Анализ результатов проведенных экспериментов показал также, что предлагаемый биологически активный комплекс суммарной РНК не только оказывает лечебное воздействие при моделировании печеночной недостаточности, но и позволяет достигнуть указанного технического результата как при использовании «крайних значений» заявленного диапазона доз суммарной РНК из ММСК КМ так и «крайних значений» заявленного диапазона временного интервала между введениями суммарной РНК из ММСК КМ.

Учитывая сходство патогенетических механизмов развития печеночной недостаточности в клинике и при создании адекватной модели ее развития в эксперименте (как показано выше), результаты представленного эксперимента могут быть правомерно экстраполированы на человека.

Таким образом, применение суммарной РНК из ММСК КМ в соответствии с предлагаемым способом будет способствовать безопасной восстановительной регенерации печени, т.к. препарат суммарной РНК не несет в своей структуре малигнизирующих и мутационных свойств, не обладает иммуноспецифичностью и пригоден для многократного (курсового) применения.

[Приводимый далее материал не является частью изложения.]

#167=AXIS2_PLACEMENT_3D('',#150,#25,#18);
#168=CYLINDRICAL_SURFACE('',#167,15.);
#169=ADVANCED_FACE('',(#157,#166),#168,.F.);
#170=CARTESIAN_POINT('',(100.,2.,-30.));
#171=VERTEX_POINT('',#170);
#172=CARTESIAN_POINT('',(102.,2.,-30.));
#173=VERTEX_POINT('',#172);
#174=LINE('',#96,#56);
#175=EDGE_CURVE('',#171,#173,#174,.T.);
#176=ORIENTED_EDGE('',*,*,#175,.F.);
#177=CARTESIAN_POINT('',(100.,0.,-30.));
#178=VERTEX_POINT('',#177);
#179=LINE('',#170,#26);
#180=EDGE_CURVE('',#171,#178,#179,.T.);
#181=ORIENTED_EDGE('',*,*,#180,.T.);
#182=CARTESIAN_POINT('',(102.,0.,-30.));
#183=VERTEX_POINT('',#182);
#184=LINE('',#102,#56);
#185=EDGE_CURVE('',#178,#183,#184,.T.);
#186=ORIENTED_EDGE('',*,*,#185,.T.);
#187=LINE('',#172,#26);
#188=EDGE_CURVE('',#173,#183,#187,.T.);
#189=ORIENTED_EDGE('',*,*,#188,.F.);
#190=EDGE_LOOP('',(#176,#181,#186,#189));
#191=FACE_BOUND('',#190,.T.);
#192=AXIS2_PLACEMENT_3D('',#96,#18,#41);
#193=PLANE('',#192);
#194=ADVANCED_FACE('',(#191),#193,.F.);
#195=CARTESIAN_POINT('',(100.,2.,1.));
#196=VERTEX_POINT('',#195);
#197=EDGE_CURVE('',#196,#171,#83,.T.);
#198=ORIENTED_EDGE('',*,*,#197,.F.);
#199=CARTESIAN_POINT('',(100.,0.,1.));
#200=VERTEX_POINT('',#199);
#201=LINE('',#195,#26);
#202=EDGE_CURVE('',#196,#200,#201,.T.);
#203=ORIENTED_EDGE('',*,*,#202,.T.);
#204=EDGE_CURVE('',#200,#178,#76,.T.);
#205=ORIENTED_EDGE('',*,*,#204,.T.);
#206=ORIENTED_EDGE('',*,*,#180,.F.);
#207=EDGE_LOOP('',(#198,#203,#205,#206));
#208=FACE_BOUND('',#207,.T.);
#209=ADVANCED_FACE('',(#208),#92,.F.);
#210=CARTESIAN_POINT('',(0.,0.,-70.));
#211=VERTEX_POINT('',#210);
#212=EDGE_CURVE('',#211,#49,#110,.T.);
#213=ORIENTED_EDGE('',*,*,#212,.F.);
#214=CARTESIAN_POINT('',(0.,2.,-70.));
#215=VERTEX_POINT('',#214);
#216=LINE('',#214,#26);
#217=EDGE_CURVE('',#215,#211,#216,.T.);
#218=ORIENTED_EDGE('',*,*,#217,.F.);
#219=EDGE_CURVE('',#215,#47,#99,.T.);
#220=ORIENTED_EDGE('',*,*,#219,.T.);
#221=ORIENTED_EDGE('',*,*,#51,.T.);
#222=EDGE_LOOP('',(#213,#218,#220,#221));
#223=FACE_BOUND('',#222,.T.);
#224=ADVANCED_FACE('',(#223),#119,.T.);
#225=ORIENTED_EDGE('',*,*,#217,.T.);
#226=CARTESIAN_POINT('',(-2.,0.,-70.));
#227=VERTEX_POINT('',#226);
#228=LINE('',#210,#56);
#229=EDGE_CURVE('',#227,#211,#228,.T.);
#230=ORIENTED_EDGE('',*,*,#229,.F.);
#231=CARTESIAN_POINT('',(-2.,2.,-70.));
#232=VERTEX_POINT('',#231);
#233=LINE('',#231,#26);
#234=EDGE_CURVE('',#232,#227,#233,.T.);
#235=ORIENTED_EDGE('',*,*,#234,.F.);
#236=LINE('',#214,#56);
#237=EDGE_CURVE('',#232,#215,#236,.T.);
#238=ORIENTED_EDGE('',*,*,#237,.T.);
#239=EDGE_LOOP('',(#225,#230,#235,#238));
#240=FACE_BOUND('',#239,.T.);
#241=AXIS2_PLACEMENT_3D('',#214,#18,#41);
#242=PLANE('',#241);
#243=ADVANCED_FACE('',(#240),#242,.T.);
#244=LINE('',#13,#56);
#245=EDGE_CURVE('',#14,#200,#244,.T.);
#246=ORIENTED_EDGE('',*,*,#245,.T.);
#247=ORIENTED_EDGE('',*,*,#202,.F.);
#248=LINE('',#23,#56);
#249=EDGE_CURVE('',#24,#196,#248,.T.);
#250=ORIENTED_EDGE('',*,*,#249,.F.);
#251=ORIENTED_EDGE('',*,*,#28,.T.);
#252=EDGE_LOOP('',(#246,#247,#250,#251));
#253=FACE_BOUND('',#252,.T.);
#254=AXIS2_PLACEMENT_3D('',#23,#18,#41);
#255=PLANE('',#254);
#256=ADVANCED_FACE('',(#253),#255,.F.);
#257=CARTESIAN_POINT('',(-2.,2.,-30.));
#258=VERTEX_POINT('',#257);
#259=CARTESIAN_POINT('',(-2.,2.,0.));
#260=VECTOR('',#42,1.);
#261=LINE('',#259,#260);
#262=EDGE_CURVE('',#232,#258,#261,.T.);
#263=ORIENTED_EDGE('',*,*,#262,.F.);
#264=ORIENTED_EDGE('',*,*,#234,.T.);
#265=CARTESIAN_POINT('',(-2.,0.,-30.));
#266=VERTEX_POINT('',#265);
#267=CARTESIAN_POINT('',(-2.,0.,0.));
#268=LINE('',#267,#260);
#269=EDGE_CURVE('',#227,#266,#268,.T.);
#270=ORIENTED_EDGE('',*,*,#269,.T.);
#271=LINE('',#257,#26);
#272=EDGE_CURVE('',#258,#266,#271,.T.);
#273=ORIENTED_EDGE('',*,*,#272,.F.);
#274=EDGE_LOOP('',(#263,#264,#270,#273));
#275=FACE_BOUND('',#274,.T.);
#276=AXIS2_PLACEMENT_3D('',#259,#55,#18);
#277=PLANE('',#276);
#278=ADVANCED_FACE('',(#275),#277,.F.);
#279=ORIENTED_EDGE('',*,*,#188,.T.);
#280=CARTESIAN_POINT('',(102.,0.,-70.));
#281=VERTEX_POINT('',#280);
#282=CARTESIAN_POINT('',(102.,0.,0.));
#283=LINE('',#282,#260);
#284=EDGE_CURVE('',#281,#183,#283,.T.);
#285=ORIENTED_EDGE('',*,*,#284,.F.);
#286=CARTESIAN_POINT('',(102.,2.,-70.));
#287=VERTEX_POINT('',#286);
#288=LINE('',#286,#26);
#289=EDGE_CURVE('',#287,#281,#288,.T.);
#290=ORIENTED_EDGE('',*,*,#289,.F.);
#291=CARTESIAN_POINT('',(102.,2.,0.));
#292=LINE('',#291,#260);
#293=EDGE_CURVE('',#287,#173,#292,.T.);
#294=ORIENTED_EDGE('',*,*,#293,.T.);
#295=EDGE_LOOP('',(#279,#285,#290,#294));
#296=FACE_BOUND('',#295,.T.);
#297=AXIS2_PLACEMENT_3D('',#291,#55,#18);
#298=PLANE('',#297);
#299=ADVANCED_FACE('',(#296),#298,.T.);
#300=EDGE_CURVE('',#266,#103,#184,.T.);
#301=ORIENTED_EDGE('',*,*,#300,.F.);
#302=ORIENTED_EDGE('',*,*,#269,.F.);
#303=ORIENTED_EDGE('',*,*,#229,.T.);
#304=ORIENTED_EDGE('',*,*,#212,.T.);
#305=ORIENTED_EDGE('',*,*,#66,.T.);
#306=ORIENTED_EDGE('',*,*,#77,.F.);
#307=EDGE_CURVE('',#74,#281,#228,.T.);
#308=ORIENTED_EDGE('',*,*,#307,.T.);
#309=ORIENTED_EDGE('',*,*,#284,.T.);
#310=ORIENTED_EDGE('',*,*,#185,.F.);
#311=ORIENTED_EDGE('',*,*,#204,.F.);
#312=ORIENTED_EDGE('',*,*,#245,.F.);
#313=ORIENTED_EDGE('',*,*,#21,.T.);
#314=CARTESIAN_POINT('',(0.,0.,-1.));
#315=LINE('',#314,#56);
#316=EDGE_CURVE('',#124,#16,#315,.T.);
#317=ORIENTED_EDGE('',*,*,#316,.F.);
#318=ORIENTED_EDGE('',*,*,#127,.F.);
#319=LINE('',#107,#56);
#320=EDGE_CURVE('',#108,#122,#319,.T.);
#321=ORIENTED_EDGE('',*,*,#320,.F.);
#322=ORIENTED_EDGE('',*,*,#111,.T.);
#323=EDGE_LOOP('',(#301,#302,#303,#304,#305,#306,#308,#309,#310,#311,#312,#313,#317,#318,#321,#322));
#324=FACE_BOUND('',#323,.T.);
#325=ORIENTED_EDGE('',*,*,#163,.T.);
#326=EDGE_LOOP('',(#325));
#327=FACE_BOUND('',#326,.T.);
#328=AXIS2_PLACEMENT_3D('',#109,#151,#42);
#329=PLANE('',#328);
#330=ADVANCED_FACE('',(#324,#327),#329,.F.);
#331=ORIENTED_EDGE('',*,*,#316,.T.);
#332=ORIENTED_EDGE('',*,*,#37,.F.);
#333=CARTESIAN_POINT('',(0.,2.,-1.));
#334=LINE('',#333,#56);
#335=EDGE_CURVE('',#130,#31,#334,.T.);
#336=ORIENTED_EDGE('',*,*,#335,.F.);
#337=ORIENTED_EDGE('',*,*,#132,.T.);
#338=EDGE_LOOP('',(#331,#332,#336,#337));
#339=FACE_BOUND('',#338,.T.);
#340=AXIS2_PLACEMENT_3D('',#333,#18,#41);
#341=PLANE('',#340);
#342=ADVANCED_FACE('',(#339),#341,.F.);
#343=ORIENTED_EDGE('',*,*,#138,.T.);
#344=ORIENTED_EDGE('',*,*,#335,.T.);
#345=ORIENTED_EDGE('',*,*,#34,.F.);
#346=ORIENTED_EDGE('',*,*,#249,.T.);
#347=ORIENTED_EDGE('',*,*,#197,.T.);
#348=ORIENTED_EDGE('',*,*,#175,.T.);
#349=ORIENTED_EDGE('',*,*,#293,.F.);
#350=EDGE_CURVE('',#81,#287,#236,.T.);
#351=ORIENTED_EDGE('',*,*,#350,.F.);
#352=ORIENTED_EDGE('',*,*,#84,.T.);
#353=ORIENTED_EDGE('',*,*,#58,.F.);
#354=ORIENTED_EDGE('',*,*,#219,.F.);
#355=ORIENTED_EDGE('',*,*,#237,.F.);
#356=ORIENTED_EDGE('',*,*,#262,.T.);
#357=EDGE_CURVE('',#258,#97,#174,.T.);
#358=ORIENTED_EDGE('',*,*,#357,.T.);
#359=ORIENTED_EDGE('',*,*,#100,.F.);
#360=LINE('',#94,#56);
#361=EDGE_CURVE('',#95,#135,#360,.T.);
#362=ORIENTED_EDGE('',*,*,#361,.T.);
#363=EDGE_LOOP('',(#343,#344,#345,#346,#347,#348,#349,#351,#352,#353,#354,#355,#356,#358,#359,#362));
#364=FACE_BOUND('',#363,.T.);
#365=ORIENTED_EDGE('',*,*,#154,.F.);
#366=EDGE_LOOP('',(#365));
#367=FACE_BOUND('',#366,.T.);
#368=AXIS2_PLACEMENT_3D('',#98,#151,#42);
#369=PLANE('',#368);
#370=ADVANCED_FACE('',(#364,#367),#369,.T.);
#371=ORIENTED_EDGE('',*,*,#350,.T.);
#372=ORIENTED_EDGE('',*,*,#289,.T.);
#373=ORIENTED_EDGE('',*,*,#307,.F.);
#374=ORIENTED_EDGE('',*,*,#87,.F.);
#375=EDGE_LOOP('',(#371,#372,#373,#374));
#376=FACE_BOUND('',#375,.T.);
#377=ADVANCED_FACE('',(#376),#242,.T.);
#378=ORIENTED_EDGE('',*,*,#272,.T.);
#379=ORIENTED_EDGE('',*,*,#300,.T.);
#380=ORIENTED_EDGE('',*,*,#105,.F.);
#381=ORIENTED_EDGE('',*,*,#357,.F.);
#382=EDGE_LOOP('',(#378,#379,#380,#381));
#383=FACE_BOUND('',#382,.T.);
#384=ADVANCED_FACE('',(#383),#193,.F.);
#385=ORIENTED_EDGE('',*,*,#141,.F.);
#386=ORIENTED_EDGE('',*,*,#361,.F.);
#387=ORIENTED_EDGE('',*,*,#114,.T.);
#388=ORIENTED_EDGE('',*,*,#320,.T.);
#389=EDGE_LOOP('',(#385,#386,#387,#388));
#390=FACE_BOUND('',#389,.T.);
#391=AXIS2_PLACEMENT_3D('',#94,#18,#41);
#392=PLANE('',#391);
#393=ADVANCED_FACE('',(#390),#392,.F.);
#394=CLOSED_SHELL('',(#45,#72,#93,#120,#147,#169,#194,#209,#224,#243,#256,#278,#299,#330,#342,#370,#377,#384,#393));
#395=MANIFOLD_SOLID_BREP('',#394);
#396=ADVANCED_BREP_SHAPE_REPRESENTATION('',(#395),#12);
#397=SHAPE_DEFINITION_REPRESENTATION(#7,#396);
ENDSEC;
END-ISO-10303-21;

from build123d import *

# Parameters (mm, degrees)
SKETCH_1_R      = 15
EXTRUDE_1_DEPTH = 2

1. Способ лечения печеночной недостаточности, в котором выделяют из костного мозга донора мононуклеарную фракцию клеток, затем после их культивирования выделяют из них фракцию мультипотентных мезенхимальных стромальных клеток костного мозга (ММСК КМ), далее из полученной фракции выделяют суммарную РНК ММСК КМ и вводят ее пациенту в эффективном количестве.

2. Способ по п. 1, отличающийся тем, что суммарную РНК ММСК КМ вводят внутрибрюшинно.

3. Способ по п. 1, отличающийся тем, что суммарную РНК ММСК КМ вводят в паренхиму печени или внутрипортально.

4. Способ по п. 1, отличающийся тем, что суммарную РНК ММСК КМ вводят подкожно, внутримышечно или внутривенно.

5. Способ по п. 1, отличающийся тем, что суммарную РНК ММСК КМ вводят пациенту в дозе 1-3 мг вещества в сутки, по меньшей мере, три раза с интервалом между первым и вторым введениями 1-3 суток, а затем с интервалом 2-5 суток.